Entering edit mode
4.0 years ago
Chris Dean
▴
410
I have paired-end sequence reads that were sequenced on the Illumina HiSeq 2500 system. In a subset of samples, I noticed that a small proportion of FASTQ entries have duplicate read identifiers, sequences, quality scores and barcodes.
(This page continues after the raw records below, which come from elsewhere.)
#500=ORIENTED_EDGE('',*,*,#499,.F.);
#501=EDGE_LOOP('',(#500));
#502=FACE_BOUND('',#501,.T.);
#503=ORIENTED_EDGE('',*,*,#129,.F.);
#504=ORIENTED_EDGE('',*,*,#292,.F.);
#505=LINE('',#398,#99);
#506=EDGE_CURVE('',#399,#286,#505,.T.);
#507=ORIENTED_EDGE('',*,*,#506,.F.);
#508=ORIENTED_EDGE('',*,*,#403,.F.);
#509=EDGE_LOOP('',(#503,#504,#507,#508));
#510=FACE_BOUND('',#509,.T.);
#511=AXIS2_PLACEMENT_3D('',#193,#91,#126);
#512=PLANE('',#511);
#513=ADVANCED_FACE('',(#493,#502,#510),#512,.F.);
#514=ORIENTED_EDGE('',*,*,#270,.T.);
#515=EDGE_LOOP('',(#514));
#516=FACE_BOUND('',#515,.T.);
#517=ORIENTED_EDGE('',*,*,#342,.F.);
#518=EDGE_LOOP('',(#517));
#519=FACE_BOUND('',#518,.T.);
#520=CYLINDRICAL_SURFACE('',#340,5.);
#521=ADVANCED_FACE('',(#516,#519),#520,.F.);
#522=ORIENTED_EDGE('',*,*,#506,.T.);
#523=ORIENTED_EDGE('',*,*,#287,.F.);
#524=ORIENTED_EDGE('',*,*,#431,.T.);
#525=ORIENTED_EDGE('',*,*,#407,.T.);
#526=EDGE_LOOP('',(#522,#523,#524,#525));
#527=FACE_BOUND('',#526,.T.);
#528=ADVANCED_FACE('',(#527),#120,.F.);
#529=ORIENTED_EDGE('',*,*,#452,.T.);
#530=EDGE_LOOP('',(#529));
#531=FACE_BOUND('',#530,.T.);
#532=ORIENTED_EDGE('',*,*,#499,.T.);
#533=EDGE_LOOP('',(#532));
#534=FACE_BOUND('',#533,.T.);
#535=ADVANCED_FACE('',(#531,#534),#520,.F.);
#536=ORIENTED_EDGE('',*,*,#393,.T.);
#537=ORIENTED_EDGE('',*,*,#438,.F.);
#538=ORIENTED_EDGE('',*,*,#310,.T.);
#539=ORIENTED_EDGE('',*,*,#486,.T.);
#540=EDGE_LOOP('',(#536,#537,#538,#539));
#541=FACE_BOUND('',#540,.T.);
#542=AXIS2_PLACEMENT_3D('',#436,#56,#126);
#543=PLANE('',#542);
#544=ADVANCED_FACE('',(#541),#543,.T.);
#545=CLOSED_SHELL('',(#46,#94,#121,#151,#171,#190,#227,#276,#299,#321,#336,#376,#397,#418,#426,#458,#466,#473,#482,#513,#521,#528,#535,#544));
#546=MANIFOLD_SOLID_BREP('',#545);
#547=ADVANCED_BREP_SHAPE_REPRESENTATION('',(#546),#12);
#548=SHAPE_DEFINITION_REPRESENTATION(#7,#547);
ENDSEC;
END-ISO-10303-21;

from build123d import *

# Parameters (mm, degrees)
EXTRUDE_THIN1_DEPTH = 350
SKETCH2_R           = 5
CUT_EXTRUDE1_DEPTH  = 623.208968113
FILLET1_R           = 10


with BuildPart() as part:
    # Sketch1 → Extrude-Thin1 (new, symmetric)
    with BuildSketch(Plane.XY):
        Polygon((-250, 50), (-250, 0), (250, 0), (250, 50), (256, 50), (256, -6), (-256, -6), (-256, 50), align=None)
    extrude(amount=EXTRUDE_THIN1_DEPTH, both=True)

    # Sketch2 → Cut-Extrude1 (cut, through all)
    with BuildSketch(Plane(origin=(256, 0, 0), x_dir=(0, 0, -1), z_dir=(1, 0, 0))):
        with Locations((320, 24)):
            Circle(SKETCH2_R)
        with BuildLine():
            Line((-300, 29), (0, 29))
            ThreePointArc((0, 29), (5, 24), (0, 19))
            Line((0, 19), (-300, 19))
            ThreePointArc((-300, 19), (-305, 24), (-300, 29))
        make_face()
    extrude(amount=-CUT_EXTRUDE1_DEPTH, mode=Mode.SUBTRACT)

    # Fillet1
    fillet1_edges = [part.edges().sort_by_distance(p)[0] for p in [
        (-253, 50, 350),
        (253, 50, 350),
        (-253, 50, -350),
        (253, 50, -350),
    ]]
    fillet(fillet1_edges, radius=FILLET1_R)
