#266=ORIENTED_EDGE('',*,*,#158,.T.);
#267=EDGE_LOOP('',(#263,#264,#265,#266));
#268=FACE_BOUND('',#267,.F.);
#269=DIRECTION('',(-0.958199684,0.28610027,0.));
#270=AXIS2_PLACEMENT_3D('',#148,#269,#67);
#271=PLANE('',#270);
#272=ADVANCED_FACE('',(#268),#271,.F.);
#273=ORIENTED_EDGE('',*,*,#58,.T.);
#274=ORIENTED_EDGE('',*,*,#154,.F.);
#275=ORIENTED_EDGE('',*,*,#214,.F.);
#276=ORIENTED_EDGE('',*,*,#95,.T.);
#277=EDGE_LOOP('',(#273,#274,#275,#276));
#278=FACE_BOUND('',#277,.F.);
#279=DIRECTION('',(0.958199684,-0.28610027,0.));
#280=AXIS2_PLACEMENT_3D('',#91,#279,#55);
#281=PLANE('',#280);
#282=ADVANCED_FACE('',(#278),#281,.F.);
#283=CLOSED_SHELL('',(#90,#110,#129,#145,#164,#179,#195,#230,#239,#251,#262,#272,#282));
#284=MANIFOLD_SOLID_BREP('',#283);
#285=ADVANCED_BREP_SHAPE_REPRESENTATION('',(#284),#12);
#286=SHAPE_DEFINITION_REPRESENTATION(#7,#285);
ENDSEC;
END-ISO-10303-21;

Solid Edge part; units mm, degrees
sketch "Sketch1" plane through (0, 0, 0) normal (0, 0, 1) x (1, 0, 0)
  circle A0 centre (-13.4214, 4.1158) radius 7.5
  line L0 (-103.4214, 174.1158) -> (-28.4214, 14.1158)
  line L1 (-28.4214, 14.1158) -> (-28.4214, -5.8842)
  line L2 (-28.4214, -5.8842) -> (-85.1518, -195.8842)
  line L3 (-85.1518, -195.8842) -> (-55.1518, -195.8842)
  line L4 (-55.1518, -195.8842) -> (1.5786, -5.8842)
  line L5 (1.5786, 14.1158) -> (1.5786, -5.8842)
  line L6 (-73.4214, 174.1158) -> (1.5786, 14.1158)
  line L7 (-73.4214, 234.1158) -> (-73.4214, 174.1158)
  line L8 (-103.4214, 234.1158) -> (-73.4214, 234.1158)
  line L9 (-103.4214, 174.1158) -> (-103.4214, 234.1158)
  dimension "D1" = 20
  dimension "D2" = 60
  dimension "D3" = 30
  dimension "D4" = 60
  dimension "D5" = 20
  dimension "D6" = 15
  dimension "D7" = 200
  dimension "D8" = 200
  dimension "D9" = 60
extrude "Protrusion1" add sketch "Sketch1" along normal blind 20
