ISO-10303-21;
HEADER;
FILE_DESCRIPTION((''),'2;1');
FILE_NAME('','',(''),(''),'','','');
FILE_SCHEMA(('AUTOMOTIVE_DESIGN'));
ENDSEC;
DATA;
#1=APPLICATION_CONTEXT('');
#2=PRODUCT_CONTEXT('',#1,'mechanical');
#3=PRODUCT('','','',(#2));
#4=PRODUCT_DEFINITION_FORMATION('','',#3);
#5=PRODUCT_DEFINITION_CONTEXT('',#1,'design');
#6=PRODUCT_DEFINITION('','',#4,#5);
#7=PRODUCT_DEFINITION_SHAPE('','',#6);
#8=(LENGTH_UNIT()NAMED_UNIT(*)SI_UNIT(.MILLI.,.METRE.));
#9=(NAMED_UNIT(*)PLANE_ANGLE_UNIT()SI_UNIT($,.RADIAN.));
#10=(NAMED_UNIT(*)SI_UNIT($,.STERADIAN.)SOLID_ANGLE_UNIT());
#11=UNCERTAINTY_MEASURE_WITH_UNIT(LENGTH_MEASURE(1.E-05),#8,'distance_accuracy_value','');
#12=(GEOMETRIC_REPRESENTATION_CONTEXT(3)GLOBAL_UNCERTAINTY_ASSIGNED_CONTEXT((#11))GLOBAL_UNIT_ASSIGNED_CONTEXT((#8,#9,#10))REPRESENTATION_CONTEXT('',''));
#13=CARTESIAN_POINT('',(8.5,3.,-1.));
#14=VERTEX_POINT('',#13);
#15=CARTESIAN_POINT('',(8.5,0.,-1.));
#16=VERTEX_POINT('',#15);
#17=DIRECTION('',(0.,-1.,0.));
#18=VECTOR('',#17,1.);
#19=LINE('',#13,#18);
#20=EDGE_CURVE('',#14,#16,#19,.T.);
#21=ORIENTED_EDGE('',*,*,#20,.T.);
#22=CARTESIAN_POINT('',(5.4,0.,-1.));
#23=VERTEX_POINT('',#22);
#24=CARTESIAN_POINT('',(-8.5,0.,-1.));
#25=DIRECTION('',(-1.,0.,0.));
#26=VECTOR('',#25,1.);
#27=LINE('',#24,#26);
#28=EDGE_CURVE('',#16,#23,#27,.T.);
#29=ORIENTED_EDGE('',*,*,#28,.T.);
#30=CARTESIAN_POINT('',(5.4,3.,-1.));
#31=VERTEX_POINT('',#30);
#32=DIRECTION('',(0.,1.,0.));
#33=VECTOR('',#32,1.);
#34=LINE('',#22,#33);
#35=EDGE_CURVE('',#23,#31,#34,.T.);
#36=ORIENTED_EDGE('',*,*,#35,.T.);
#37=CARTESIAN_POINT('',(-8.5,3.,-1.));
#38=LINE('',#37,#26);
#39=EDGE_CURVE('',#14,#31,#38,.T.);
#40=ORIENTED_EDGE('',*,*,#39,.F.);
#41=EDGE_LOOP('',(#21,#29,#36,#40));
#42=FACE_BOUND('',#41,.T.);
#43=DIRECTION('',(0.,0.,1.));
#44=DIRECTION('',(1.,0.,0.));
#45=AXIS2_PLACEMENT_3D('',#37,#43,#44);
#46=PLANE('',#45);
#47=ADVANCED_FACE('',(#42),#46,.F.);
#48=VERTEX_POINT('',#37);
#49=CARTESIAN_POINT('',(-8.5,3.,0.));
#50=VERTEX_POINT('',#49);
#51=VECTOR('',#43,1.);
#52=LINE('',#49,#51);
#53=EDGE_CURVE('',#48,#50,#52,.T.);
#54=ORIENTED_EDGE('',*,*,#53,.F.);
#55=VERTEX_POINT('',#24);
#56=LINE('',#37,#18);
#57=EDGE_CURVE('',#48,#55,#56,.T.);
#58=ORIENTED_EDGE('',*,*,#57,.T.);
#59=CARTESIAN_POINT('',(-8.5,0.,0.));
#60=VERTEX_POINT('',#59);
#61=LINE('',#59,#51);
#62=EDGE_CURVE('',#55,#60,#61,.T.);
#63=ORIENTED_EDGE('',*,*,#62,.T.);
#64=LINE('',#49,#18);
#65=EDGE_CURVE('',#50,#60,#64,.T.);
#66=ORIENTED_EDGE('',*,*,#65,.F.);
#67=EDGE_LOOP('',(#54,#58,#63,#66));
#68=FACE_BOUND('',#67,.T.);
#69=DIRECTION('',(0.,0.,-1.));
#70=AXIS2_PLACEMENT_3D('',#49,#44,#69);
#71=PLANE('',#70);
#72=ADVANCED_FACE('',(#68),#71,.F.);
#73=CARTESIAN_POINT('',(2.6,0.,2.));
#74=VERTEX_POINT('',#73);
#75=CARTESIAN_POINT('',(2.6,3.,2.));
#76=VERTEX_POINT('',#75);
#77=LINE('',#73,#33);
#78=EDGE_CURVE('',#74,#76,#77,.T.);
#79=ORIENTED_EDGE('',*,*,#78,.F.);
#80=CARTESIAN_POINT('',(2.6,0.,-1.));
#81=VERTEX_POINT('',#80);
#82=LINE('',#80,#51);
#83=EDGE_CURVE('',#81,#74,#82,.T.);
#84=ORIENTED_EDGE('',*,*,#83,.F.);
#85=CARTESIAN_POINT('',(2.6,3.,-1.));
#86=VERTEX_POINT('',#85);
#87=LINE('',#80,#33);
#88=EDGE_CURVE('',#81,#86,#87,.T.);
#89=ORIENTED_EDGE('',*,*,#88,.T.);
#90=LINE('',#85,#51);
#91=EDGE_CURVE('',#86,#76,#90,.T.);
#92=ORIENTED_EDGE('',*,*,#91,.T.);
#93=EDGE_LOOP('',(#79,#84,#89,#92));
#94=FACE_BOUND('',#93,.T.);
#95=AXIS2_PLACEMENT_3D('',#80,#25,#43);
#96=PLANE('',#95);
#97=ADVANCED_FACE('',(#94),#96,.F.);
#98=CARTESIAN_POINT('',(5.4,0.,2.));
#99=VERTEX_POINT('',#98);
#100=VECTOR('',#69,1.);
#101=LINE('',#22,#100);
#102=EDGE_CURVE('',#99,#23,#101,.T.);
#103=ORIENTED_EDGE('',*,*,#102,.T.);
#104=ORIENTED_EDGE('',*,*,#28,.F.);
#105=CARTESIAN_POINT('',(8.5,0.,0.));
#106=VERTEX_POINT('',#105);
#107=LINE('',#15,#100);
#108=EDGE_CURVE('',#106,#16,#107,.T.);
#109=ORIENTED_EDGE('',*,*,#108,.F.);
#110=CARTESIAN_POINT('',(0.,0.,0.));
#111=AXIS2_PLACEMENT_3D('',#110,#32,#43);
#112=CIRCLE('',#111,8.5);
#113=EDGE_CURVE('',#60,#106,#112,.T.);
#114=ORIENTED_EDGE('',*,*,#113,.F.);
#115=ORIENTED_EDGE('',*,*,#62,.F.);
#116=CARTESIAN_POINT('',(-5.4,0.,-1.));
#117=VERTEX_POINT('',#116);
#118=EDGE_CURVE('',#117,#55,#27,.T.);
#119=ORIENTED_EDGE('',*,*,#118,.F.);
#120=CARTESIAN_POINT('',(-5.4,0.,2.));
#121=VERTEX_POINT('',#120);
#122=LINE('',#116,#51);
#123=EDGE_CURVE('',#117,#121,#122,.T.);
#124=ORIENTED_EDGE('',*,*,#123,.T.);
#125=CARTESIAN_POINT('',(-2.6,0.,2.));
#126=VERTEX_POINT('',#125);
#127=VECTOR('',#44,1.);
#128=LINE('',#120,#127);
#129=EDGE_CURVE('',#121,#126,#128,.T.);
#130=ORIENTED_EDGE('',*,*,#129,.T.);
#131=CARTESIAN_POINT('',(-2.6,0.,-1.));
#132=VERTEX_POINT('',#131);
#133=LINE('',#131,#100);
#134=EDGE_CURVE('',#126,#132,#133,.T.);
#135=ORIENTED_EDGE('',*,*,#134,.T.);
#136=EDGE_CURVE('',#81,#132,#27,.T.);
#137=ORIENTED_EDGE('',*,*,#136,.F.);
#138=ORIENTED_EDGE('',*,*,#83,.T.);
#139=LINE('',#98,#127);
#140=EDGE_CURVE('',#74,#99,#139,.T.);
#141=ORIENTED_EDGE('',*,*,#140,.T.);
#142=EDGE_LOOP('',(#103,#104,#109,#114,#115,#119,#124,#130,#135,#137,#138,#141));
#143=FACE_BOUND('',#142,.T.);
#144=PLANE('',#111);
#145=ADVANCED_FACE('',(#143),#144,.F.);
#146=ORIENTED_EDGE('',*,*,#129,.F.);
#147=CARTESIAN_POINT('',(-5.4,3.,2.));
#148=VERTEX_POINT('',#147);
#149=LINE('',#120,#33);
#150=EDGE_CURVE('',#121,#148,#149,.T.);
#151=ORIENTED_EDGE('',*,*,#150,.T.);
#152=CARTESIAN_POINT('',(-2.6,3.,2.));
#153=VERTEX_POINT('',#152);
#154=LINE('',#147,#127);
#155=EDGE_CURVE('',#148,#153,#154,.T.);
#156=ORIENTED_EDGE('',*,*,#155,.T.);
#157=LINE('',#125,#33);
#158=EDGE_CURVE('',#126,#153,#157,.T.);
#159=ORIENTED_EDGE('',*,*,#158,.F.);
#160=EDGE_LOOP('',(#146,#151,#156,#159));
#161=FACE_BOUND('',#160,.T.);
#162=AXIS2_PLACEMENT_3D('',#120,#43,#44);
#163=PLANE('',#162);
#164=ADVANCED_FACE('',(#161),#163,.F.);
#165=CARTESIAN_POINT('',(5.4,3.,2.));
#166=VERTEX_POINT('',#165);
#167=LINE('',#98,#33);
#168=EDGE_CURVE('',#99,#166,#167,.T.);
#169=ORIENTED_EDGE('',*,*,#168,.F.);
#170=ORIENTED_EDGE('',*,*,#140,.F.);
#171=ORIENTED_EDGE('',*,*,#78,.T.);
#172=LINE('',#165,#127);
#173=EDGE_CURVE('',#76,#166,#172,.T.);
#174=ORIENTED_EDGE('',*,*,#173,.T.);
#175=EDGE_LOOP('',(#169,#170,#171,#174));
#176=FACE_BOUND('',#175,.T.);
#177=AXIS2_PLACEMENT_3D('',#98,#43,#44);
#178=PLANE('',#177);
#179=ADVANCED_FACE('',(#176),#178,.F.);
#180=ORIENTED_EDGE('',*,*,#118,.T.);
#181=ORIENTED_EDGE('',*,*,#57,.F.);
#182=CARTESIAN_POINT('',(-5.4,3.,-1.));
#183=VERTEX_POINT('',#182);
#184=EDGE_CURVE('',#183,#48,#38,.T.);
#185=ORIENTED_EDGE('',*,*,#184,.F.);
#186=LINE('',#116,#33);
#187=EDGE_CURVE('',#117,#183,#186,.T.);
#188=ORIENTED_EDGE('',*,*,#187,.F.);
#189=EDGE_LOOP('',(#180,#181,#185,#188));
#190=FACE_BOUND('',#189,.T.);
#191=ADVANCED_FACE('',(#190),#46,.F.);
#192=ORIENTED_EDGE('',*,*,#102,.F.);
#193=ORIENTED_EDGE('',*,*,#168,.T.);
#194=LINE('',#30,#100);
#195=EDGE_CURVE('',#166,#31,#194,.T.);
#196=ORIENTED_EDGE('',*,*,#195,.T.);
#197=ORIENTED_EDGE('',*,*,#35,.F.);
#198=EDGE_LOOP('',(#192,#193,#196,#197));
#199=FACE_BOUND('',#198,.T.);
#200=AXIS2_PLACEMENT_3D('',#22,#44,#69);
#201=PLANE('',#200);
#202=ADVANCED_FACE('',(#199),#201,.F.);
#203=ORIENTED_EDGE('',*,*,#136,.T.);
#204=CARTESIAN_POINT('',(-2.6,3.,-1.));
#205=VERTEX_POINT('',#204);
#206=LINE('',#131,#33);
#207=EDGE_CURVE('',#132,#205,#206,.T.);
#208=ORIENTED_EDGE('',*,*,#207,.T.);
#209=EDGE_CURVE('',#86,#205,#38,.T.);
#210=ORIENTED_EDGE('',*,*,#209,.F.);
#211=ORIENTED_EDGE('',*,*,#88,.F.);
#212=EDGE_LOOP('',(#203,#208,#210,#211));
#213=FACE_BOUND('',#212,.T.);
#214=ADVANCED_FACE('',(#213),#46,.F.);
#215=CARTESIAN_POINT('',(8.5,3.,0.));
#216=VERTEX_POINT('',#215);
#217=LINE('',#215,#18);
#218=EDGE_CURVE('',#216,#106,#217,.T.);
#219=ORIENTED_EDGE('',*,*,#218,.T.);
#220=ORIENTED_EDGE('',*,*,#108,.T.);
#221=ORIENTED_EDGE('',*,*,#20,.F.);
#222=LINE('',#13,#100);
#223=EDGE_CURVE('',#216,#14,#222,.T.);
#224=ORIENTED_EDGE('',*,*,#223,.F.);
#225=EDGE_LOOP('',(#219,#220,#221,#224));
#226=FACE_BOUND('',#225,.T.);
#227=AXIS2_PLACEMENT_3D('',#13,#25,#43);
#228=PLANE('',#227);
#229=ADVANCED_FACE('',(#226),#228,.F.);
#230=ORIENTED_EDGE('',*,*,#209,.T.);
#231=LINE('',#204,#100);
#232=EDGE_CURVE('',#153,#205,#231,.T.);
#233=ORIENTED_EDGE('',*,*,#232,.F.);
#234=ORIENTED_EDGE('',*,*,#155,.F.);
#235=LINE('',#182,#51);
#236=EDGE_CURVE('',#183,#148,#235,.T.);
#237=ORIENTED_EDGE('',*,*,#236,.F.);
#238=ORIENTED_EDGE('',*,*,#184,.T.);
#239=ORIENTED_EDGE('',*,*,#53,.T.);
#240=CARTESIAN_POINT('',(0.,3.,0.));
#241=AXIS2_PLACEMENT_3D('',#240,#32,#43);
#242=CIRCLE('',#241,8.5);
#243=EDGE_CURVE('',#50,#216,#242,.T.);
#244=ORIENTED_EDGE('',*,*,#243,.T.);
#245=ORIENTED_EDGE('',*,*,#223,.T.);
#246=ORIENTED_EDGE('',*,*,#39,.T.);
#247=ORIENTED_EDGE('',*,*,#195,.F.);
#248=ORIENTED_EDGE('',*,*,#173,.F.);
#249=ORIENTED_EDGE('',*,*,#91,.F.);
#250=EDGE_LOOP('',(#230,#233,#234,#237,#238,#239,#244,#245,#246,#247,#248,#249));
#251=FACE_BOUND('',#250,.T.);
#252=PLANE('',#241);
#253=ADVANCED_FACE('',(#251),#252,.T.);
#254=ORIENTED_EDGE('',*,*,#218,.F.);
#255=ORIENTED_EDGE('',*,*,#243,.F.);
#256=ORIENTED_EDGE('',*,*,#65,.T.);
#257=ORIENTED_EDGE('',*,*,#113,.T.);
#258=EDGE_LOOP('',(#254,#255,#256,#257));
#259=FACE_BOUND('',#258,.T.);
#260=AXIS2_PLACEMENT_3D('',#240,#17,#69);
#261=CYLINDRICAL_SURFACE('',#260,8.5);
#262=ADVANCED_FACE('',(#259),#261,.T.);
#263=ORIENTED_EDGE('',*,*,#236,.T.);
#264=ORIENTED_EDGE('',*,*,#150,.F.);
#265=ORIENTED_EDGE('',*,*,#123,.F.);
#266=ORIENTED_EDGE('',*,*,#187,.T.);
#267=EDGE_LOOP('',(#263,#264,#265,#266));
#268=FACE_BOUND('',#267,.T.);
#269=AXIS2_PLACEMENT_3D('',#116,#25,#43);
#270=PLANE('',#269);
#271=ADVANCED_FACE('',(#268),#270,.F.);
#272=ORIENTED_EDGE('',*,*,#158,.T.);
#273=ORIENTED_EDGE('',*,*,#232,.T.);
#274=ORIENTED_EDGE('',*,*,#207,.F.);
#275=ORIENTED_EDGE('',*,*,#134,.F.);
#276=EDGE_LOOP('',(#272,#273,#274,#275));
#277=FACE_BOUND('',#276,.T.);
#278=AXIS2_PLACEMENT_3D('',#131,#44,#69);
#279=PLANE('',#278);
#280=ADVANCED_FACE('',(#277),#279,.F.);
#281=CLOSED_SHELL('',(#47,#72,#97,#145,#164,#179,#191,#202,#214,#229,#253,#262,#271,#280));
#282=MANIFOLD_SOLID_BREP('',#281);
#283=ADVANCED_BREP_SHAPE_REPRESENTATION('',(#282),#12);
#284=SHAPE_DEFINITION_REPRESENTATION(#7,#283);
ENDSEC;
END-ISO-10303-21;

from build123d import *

# Parameters (mm, degrees)
BOSS_EXTRUDE1_DEPTH = 3
SKETCH2_W           = 2.8
SKETCH2_H           = 3
CUT_EXTRUDE1_DEPTH  = 13.389511693


with BuildPart() as part:
    # Sketch1 → Boss-Extrude1 (new body)
    with BuildSketch(Plane(origin=(0, 0, 0), x_dir=(1, 0, 0), z_dir=(0, 1, 0))):
        with BuildLine():
            Line((-8.5, 0), (-8.5, 1))
            Line((-8.5, 1), (8.5, 1))
            Line((8.5, 1), (8.5, 0))
            ThreePointArc((8.5, 0), (0, -8.5), (-8.5, 0))
        make_face()
    extrude(amount=BOSS_EXTRUDE1_DEPTH)

    # Sketch2 → Cut-Extrude1 (cut, through all)
    with BuildSketch(Plane(origin=(0, 3, 0), x_dir=(1, 0, 0), z_dir=(0, 1, 0))):
        with Locations((-4, -0.5)):
            Rectangle(SKETCH2_W, SKETCH2_H)
        with Locations((4, -0.5)):
            Rectangle(SKETCH2_W, SKETCH2_H)
    extrude(amount=-CUT_EXTRUDE1_DEPTH, mode=Mode.SUBTRACT)


solid = part.part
sample1:@HISEQ:664:HYGKJBCXY:2:2104:21100:19520 1:N:0:CTGAGCCA
sample2:@HISEQ:664:HYGKJBCXY:2:2104:21100:19520 1:N:0:CTGAGCCA
sample3:@HISEQ:664:HYGKJBCXY:2:2104:21100:19520 1:N:0:CTGAGCCA
sample4:@HISEQ:664:HYGKJBCXY:2:2104:21100:19520 1:N:0:CTGAGCCA
sample5:@HISEQ:664:HYGKJBCXY:2:2104:21100:19520 1:N:0:CTGAGCCA
Libraries were prepared and sequenced by a third-party company. Does anyone have a possible explanation for this and suggestions for moving forward?
Thanks, Chris
They messed us the demultiplexing somehow. I'm guessing each sample should have a different barcode, do you know which one corresponds to the barcode in the header? I would ask them to rerun bcl2fastq and regenerate the fastq files.